■ **DATA RECORDS**
= = = = = = =

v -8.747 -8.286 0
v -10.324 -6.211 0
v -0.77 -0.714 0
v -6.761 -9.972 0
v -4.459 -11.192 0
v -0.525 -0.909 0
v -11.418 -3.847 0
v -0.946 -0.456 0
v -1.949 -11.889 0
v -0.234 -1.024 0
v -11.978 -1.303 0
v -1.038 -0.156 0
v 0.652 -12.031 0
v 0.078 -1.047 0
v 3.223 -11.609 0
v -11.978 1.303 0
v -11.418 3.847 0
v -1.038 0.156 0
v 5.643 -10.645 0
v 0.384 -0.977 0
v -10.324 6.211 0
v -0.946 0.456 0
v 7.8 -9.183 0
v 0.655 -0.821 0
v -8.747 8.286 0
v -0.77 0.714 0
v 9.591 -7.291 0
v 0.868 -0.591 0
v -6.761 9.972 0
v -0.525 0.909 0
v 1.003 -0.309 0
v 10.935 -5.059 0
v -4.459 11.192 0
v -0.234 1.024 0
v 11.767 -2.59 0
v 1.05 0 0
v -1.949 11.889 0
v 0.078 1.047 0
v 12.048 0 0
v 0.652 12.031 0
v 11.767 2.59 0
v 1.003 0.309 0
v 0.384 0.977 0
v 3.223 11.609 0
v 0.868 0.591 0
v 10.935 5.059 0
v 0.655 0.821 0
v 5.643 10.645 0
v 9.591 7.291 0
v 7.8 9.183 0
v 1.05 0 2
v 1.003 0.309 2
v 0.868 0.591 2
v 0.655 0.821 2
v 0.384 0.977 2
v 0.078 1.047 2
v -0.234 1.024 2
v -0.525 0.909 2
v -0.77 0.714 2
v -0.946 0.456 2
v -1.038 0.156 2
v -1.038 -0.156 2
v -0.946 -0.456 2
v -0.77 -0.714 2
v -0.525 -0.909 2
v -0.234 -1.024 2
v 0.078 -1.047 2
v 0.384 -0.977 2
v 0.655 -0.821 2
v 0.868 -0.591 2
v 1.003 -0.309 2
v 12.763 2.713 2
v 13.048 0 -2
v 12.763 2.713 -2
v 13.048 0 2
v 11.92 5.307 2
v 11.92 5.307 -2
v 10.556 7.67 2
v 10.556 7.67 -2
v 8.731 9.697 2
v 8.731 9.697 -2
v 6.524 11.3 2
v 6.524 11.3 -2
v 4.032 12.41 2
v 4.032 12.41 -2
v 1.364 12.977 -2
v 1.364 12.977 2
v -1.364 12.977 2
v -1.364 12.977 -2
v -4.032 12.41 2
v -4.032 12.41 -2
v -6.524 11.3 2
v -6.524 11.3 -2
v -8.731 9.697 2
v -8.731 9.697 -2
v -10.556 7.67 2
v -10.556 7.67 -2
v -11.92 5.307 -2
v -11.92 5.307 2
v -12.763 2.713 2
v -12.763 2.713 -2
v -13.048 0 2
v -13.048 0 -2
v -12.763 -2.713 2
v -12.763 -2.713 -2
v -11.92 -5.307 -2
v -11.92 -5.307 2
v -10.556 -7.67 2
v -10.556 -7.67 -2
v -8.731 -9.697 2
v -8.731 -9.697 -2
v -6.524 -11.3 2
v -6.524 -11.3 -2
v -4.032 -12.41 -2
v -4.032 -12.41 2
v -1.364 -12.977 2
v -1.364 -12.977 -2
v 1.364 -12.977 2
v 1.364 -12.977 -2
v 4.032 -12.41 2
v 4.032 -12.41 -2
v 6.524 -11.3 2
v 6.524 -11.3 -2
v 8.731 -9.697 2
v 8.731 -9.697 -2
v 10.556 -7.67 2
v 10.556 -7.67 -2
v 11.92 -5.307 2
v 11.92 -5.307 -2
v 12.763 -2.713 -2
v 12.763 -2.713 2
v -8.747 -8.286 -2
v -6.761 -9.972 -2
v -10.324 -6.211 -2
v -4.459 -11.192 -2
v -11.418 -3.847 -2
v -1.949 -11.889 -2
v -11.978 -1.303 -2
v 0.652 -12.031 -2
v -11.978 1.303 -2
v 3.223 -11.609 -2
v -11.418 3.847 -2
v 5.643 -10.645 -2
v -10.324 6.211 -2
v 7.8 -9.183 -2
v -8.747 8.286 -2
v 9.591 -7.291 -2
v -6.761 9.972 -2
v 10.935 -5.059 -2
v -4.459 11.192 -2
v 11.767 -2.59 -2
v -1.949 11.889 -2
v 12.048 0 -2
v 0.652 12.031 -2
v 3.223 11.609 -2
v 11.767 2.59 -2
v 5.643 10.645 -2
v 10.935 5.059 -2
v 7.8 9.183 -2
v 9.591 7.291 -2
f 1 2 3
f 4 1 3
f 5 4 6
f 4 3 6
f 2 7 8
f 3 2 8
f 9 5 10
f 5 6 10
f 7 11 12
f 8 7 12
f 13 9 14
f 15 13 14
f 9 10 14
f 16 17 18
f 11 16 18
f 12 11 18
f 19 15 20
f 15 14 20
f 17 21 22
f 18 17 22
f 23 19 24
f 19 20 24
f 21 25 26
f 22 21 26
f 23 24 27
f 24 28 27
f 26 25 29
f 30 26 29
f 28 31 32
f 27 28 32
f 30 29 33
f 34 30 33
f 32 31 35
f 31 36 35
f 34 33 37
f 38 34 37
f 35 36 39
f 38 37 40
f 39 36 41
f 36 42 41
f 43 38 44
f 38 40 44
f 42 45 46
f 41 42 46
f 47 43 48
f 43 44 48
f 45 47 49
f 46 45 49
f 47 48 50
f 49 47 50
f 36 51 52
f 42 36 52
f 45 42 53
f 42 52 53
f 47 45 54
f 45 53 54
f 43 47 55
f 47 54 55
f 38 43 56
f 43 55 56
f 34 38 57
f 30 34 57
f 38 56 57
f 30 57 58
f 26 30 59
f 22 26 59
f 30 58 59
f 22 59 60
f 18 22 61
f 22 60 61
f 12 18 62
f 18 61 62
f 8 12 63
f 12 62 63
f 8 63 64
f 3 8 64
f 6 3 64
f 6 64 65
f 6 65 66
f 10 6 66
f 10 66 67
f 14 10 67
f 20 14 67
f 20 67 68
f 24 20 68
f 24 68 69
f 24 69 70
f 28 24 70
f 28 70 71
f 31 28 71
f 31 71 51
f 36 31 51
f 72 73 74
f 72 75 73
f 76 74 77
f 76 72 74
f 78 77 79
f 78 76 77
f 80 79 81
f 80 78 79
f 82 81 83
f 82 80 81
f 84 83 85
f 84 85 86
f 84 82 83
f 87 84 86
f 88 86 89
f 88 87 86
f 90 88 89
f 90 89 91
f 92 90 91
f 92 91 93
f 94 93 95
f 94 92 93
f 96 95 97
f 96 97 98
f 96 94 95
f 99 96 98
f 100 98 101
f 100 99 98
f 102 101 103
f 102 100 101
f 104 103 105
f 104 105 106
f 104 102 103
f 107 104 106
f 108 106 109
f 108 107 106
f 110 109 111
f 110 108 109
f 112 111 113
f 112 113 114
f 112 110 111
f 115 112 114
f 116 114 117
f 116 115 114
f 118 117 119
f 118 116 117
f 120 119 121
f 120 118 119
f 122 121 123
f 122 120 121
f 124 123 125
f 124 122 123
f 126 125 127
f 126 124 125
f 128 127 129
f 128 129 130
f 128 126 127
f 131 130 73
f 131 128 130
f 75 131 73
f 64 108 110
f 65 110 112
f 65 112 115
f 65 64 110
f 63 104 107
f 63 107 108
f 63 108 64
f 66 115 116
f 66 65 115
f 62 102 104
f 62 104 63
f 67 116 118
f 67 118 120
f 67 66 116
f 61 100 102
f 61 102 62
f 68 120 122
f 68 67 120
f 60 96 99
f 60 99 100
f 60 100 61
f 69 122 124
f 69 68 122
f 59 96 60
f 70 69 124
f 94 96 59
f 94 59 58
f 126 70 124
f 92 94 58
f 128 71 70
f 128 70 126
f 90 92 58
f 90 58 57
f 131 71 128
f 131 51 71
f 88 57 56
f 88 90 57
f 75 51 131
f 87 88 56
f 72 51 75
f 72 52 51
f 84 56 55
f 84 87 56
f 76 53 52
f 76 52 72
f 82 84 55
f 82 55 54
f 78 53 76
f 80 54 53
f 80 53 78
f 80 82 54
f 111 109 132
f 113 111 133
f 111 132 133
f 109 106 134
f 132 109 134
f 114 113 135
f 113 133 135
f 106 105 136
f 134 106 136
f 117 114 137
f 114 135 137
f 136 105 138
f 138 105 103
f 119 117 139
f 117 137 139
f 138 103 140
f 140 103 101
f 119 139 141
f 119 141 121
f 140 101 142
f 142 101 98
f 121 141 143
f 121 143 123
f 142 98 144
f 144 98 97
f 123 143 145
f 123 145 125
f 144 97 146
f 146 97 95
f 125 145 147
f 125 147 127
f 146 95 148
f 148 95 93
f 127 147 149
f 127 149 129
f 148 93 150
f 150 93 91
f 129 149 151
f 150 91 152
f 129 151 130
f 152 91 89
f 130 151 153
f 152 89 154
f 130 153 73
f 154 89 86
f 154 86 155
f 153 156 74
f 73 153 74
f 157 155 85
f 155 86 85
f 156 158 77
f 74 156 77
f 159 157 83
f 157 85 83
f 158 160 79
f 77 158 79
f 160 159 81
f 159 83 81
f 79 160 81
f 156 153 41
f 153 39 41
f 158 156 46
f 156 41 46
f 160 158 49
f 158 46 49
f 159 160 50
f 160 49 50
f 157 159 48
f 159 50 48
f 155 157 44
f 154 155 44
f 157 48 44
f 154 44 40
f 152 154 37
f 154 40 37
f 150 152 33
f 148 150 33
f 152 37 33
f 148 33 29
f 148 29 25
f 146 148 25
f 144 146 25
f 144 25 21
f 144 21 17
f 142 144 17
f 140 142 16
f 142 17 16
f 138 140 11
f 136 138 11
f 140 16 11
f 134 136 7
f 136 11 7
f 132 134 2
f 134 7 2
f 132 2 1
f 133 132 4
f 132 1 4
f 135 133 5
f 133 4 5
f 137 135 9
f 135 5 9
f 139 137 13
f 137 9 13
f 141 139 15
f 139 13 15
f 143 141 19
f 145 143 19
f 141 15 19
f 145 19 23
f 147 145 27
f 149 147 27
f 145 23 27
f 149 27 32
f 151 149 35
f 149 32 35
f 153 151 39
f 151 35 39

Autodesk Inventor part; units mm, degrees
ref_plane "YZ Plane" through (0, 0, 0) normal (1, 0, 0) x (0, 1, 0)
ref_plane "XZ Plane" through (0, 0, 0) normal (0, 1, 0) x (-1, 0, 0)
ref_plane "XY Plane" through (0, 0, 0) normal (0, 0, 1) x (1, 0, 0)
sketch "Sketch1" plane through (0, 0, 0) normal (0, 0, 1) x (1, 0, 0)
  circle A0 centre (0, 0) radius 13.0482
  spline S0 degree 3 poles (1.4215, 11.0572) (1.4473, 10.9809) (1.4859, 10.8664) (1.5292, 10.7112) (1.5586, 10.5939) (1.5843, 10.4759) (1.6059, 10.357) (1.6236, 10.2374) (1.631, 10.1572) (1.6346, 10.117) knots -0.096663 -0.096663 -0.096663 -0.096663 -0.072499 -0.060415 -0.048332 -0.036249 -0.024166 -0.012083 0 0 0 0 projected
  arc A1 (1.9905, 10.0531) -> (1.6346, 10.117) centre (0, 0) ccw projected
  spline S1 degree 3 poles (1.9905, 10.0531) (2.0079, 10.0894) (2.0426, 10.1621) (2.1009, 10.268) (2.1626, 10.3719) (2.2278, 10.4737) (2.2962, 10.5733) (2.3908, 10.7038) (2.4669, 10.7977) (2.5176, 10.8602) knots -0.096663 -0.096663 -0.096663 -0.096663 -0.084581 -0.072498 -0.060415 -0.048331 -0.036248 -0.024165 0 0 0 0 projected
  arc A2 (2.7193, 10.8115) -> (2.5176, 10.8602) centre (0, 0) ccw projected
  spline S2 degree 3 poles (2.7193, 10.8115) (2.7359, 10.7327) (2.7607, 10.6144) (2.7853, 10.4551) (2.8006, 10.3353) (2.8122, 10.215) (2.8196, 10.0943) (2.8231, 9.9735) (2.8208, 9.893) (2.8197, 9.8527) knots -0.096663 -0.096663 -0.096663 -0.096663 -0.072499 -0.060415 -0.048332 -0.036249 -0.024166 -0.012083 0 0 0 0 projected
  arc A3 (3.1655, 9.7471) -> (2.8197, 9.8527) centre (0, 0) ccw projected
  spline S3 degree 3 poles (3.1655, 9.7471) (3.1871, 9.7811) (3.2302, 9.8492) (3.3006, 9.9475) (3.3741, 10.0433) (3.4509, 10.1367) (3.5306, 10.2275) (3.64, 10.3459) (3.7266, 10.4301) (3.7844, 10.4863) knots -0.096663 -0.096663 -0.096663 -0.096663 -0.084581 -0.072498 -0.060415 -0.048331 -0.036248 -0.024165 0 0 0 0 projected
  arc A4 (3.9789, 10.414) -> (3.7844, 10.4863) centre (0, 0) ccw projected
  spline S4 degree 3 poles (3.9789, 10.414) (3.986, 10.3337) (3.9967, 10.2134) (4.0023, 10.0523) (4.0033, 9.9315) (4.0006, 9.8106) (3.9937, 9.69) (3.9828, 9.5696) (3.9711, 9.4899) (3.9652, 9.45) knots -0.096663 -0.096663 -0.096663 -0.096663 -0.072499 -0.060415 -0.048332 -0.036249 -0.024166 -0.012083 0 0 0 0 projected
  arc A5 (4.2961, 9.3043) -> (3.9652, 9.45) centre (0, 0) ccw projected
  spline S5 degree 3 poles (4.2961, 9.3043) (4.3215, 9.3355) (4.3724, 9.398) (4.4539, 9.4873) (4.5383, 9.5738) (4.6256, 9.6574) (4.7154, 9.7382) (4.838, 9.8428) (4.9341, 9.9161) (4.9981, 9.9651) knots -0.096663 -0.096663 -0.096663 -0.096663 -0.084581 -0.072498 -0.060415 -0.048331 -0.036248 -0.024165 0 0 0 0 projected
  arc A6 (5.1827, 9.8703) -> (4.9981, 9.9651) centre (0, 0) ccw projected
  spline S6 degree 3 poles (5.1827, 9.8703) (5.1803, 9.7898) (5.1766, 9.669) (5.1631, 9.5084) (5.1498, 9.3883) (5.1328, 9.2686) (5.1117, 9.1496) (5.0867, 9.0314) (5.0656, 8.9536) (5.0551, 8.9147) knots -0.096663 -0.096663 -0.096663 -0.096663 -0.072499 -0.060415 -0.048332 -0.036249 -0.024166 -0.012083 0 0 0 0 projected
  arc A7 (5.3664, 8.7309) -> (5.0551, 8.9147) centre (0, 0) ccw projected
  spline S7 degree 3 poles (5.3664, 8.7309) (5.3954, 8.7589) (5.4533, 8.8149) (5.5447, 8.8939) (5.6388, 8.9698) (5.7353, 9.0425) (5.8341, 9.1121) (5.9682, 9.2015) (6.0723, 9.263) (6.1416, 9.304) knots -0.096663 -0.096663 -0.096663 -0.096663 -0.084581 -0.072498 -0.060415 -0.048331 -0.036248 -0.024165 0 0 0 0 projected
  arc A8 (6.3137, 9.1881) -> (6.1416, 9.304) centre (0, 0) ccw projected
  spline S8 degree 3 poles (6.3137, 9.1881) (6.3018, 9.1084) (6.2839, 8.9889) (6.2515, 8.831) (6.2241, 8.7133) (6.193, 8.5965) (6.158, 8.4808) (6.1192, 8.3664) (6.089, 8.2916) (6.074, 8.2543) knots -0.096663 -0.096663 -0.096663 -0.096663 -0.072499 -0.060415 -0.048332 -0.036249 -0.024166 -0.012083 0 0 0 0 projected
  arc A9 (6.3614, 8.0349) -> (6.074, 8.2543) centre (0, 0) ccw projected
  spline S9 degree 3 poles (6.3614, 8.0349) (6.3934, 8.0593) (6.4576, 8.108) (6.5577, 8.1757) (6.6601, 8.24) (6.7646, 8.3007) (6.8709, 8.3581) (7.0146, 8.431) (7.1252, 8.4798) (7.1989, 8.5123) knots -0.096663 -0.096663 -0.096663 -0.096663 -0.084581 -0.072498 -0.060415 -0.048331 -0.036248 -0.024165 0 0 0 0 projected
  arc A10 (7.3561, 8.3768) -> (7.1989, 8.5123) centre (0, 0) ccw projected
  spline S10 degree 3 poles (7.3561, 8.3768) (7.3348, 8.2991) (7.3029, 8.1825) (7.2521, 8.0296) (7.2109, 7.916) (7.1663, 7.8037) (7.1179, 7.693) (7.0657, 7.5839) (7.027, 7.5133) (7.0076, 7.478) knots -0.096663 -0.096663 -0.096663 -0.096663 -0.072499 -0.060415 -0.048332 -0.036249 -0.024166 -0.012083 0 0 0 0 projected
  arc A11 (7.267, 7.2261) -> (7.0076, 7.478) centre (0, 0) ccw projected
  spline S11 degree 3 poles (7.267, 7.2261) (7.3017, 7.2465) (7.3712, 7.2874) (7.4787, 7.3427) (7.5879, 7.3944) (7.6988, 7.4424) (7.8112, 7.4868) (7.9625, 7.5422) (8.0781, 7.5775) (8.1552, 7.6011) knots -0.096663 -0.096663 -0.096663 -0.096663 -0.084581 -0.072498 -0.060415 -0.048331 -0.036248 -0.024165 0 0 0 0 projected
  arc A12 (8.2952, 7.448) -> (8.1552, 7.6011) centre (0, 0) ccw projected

= = = = = = =

■ **EXERCISE AIM**
For the material above, reproduce exactly the lines from the line with "f 150 91 152" to the line with "f 135 133 5", inclusive, and exclude all others.

■ **ANSWER TO THIS PROBLEM**
f 150 91 152
f 129 151 130
f 152 91 89
f 130 151 153
f 152 89 154
f 130 153 73
f 154 89 86
f 154 86 155
f 153 156 74
f 73 153 74
f 157 155 85
f 155 86 85
f 156 158 77
f 74 156 77
f 159 157 83
f 157 85 83
f 158 160 79
f 77 158 79
f 160 159 81
f 159 83 81
f 79 160 81
f 156 153 41
f 153 39 41
f 158 156 46
f 156 41 46
f 160 158 49
f 158 46 49
f 159 160 50
f 160 49 50
f 157 159 48
f 159 50 48
f 155 157 44
f 154 155 44
f 157 48 44
f 154 44 40
f 152 154 37
f 154 40 37
f 150 152 33
f 148 150 33
f 152 37 33
f 148 33 29
f 148 29 25
f 146 148 25
f 144 146 25
f 144 25 21
f 144 21 17
f 142 144 17
f 140 142 16
f 142 17 16
f 138 140 11
f 136 138 11
f 140 16 11
f 134 136 7
f 136 11 7
f 132 134 2
f 134 7 2
f 132 2 1
f 133 132 4
f 132 1 4
f 135 133 5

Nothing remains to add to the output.